Top of DATA EXTRACT

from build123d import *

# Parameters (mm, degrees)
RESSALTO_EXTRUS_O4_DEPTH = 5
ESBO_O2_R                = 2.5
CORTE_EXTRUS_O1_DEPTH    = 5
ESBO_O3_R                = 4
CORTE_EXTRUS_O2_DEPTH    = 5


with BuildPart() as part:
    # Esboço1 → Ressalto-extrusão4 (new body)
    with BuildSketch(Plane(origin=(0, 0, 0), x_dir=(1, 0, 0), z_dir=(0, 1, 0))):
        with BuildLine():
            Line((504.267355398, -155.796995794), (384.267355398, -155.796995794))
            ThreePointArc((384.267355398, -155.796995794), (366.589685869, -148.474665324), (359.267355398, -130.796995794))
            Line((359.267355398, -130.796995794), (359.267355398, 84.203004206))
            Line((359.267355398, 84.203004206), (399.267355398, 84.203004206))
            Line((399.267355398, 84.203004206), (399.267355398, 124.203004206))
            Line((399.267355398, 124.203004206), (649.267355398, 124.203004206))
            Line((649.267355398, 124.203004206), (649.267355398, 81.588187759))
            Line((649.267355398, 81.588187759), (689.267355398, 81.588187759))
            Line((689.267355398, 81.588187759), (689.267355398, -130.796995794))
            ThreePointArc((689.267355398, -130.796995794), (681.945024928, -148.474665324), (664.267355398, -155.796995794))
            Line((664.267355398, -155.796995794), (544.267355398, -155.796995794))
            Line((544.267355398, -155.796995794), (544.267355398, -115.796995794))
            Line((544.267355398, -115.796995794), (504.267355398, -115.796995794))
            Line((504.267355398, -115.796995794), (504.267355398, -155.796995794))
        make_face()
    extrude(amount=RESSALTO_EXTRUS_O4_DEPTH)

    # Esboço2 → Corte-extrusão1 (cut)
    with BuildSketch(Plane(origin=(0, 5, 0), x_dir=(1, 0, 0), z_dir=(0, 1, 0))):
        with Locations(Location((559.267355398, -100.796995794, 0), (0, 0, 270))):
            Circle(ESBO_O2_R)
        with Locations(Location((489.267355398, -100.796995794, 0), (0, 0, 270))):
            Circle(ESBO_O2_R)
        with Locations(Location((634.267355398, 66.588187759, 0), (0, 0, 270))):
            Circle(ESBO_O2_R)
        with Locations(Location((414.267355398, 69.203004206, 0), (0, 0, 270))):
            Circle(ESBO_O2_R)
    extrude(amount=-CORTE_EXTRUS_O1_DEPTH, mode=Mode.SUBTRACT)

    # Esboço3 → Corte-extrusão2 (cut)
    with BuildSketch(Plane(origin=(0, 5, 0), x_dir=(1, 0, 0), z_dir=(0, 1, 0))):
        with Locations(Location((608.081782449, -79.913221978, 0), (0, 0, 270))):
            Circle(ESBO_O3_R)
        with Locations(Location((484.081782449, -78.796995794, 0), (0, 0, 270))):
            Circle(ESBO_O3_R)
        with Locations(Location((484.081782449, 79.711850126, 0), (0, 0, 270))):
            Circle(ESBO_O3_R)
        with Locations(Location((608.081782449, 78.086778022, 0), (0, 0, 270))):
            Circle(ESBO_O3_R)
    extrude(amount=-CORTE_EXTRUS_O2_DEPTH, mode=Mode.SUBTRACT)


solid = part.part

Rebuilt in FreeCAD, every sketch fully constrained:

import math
import FreeCAD as App
import Part
import Sketcher

V = App.Vector
Q = App.Units.Quantity

doc = App.newDocument("Part")
params = doc.addObject("Spreadsheet::Sheet", "Params")
for row, (alias, value) in enumerate([
    ("sketch1_radius", "25 mm"),
    ("sketch1_width", "120 mm"),
    ("sketch1_width2", "40 mm"),
    ("sketch1_height", "215 mm"),
    ("pad1_length", "5 mm"),
    ("sketch2_diameter", "5 mm"),
    ("pocket1_length", "5 mm"),
    ("sketch3_diameter", "8 mm"),
    ("pocket2_length", "5 mm"),
], start=1):
    params.set(f"A{row}", alias)
    params.set(f"B{row}", "=" + value)
    params.setAlias(f"B{row}", alias)

body = doc.addObject("PartDesign::Body", "Body")

# Sketch on XZ plane
sketch1 = body.newObject("Sketcher::SketchObject", "Sketch")
sketch1.AttachmentSupport = (doc.getObject("XZ_Plane"), [""])
sketch1.MapMode = "FlatFace"
sketch1.addGeometry([
    Part.LineSegment(V(384, 156, 0), V(504, 156, 0)),  # 0
    Part.LineSegment(V(504, 156, 0), V(504, 116, 0)),  # 1
    Part.LineSegment(V(504, 116, 0), V(544, 116, 0)),  # 2
    Part.LineSegment(V(544, 116, 0), V(544, 156, 0)),  # 3
    Part.LineSegment(V(544, 156, 0), V(664, 156, 0)),  # 4
    Part.ArcOfCircle(Part.Circle(V(664, 131, 0), V(0, 0, 1), 25), math.radians(0), math.radians(90)),  # 5
    Part.LineSegment(V(689, 131, 0), V(689, -82, 0)),  # 6
    Part.LineSegment(V(689, -82, 0), V(649, -82, 0)),  # 7
    Part.LineSegment(V(649, -82, 0), V(649, -124, 0)),  # 8
    Part.LineSegment(V(649, -124, 0), V(399, -124, 0)),  # 9
    Part.LineSegment(V(399, -124, 0), V(399, -84, 0)),  # 10
    Part.LineSegment(V(399, -84, 0), V(359, -84, 0)),  # 11
    Part.LineSegment(V(359, -84, 0), V(359, 131, 0)),  # 12
    Part.ArcOfCircle(Part.Circle(V(384, 131, 0), V(0, 0, 1), 25), math.radians(90), math.radians(180)),  # 13
], False)
sketch1.addConstraint([
    Sketcher.Constraint("Coincident", 0, 2, 1, 1),
    Sketcher.Constraint("Coincident", 1, 2, 2, 1),
    Sketcher.Constraint("Coincident", 2, 2, 3, 1),
    Sketcher.Constraint("Coincident", 3, 2, 4, 1),
    Sketcher.Constraint("Tangent", 4, 2, 5, 2),
    Sketcher.Constraint("Tangent", 5, 1, 6, 1),
    Sketcher.Constraint("Coincident", 6, 2, 7, 1),
    Sketcher.Constraint("Coincident", 7, 2, 8, 1),
    Sketcher.Constraint("Coincident", 8, 2, 9, 1),
    Sketcher.Constraint("Coincident", 9, 2, 10, 1),
    Sketcher.Constraint("Coincident", 10, 2, 11, 1),
    Sketcher.Constraint("Coincident", 11, 2, 12, 1),
    Sketcher.Constraint("Tangent", 12, 2, 13, 2),
    Sketcher.Constraint("Tangent", 13, 1, 0, 1),
    Sketcher.Constraint("Horizontal", 0),
    Sketcher.Constraint("Vertical", 1),
    Sketcher.Constraint("Horizontal", 2),
    Sketcher.Constraint("Vertical", 3),
    Sketcher.Constraint("Horizontal", 4),
    Sketcher.Constraint("Vertical", 6),
    Sketcher.Constraint("Horizontal", 7),
    Sketcher.Constraint("Vertical", 8),
    Sketcher.Constraint("Horizontal", 9),
    Sketcher.Constraint("Vertical", 10),
    Sketcher.Constraint("Horizontal", 11),
    Sketcher.Constraint("Vertical", 12),
    Sketcher.Constraint("Equal", 5, 13),
    Sketcher.Constraint("Horizontal", 5, 3, 13, 3),
    Sketcher.Constraint("Equal", 0, 4),
    Sketcher.Constraint("Equal", 2, 7),
    Sketcher.Constraint("Equal", 7, 11),
    Sketcher.Constraint("Equal", 11, 1),
    Sketcher.Constraint("Equal", 3, 10),
    Sketcher.Constraint("Radius", 5, Q("25 mm")),
    Sketcher.Constraint("DistanceX", 0, 1, 0, 2, Q("120 mm")),
    Sketcher.Constraint("DistanceX", 2, 1, 2, 2, Q("40 mm")),
    Sketcher.Constraint("DistanceY", 12, 1, 12, 2, Q("215 mm")),
    Sketcher.Constraint("DistanceY", 6, 2, 6, 1, Q("212.385184 mm")),
    Sketcher.Constraint("DistanceX", -1, 1, 5, 3, Q("664.267355 mm")),
    Sketcher.Constraint("DistanceY", -1, 1, 5, 3, Q("130.796996 mm")),
])
sketch1.setExpression("Constraints[33]", "Params.sketch1_radius")
sketch1.setExpression("Constraints[34]", "Params.sketch1_width")
sketch1.setExpression("Constraints[35]", "Params.sketch1_width2")
sketch1.setExpression("Constraints[36]", "Params.sketch1_height")
pad1 = body.newObject("PartDesign::Pad", "Pad")
pad1.Profile = sketch1
pad1.setExpression("Length", "Params.pad1_length")
pad1.Reversed = True

# Sketch on XZ plane
sketch2 = body.newObject("Sketcher::SketchObject", "Sketch001")
sketch2.AttachmentSupport = (doc.getObject("XZ_Plane"), [""])
sketch2.MapMode = "FlatFace"
sketch2.AttachmentOffset = App.Placement(V(0, 0, -5), App.Rotation())
sketch2.addGeometry([
    Part.Circle(V(559.3, 100.8, 0), V(0, 0, 1), 2.5),
    Part.Circle(V(489.3, 100.8, 0), V(0, 0, 1), 2.5),
    Part.Circle(V(634.3, -66.6, 0), V(0, 0, 1), 2.5),
    Part.Circle(V(414.3, -69.2, 0), V(0, 0, 1), 2.5),
], False)
sketch2.addConstraint([
    Sketcher.Constraint("Equal", 0, 1),
    Sketcher.Constraint("Equal", 1, 2),
    Sketcher.Constraint("Equal", 2, 3),
    Sketcher.Constraint("Horizontal", 0, 3, 1, 3),
    Sketcher.Constraint("Diameter", 0, Q("5 mm")),
    Sketcher.Constraint("DistanceX", 1, 3, 0, 3, Q("70 mm")),
    Sketcher.Constraint("DistanceX", 0, 3, 2, 3, Q("75 mm")),
    Sketcher.Constraint("DistanceX", 3, 3, 1, 3, Q("75 mm")),
    Sketcher.Constraint("DistanceY", 3, 3, 1, 3, Q("170 mm")),
    Sketcher.Constraint("DistanceX", -1, 1, 0, 3, Q("559.267355 mm")),
    Sketcher.Constraint("DistanceY", -1, 1, 0, 3, Q("100.796996 mm")),
    Sketcher.Constraint("DistanceY", 2, 3, -1, 1, Q("66.588188 mm")),
])
sketch2.setExpression("Constraints[4]", "Params.sketch2_diameter")
pocket1 = body.newObject("PartDesign::Pocket", "Pocket")
pocket1.Profile = sketch2
pocket1.setExpression("Length", "Params.pocket1_length")
pocket1.Reversed = True

# Sketch on XZ plane
sketch3 = body.newObject("Sketcher::SketchObject", "Sketch002")
sketch3.AttachmentSupport = (doc.getObject("XZ_Plane"), [""])
sketch3.MapMode = "FlatFace"
sketch3.AttachmentOffset = App.Placement(V(0, 0, -5), App.Rotation())
sketch3.addGeometry([
    Part.Circle(V(608.1, 79.9, 0), V(0, 0, 1), 4),
    Part.Circle(V(484.1, 78.8, 0), V(0, 0, 1), 4),
    Part.Circle(V(484.1, -79.7, 0), V(0, 0, 1), 4),
    Part.Circle(V(608.1, -78.1, 0), V(0, 0, 1), 4),
], False)
sketch3.addConstraint([
    Sketcher.Constraint("Equal", 0, 1),
    Sketcher.Constraint("Equal", 1, 2),
    Sketcher.Constraint("Equal", 2, 3),
    Sketcher.Constraint("Vertical", 1, 3, 2, 3),
    Sketcher.Constraint("Vertical", 0, 3, 3, 3),
    Sketcher.Constraint("Diameter", 0, Q("8 mm")),
    Sketcher.Constraint("DistanceX", 1, 3, 0, 3, Q("124 mm")),
    Sketcher.Constraint("DistanceY", 3, 3, 0, 3, Q("158 mm")),
    Sketcher.Constraint("DistanceY", -1, 1, 0, 3, Q("79.913222 mm")),
    Sketcher.Constraint("DistanceY", 2, 3, -1, 1, Q("79.71185 mm")),
    Sketcher.Constraint("DistanceX", -1, 1, 0, 3, Q("608.081782 mm")),
    Sketcher.Constraint("DistanceY", -1, 1, 1, 3, Q("78.796996 mm")),
])
sketch3.setExpression("Constraints[5]", "Params.sketch3_diameter")
pocket2 = body.newObject("PartDesign::Pocket", "Pocket001")
pocket2.Profile = sketch3
pocket2.setExpression("Length", "Params.pocket2_length")
pocket2.Reversed = True

doc.recompute()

Bottom of DATA EXTRACT

PROBLEM DETAILS: From the data above, output only the lines between the line containing "84.203004206), (399.267355398, 84.203004206))" and the line containing "124.203004206), (649.267355398, 81.588187759))", inclusive, exactly as written.

PROBLEM SOLUTION:
            Line((359.267355398, 84.203004206), (399.267355398, 84.203004206))
            Line((399.267355398, 84.203004206), (399.267355398, 124.203004206))
            Line((399.267355398, 124.203004206), (649.267355398, 124.203004206))
            Line((649.267355398, 124.203004206), (649.267355398, 81.588187759))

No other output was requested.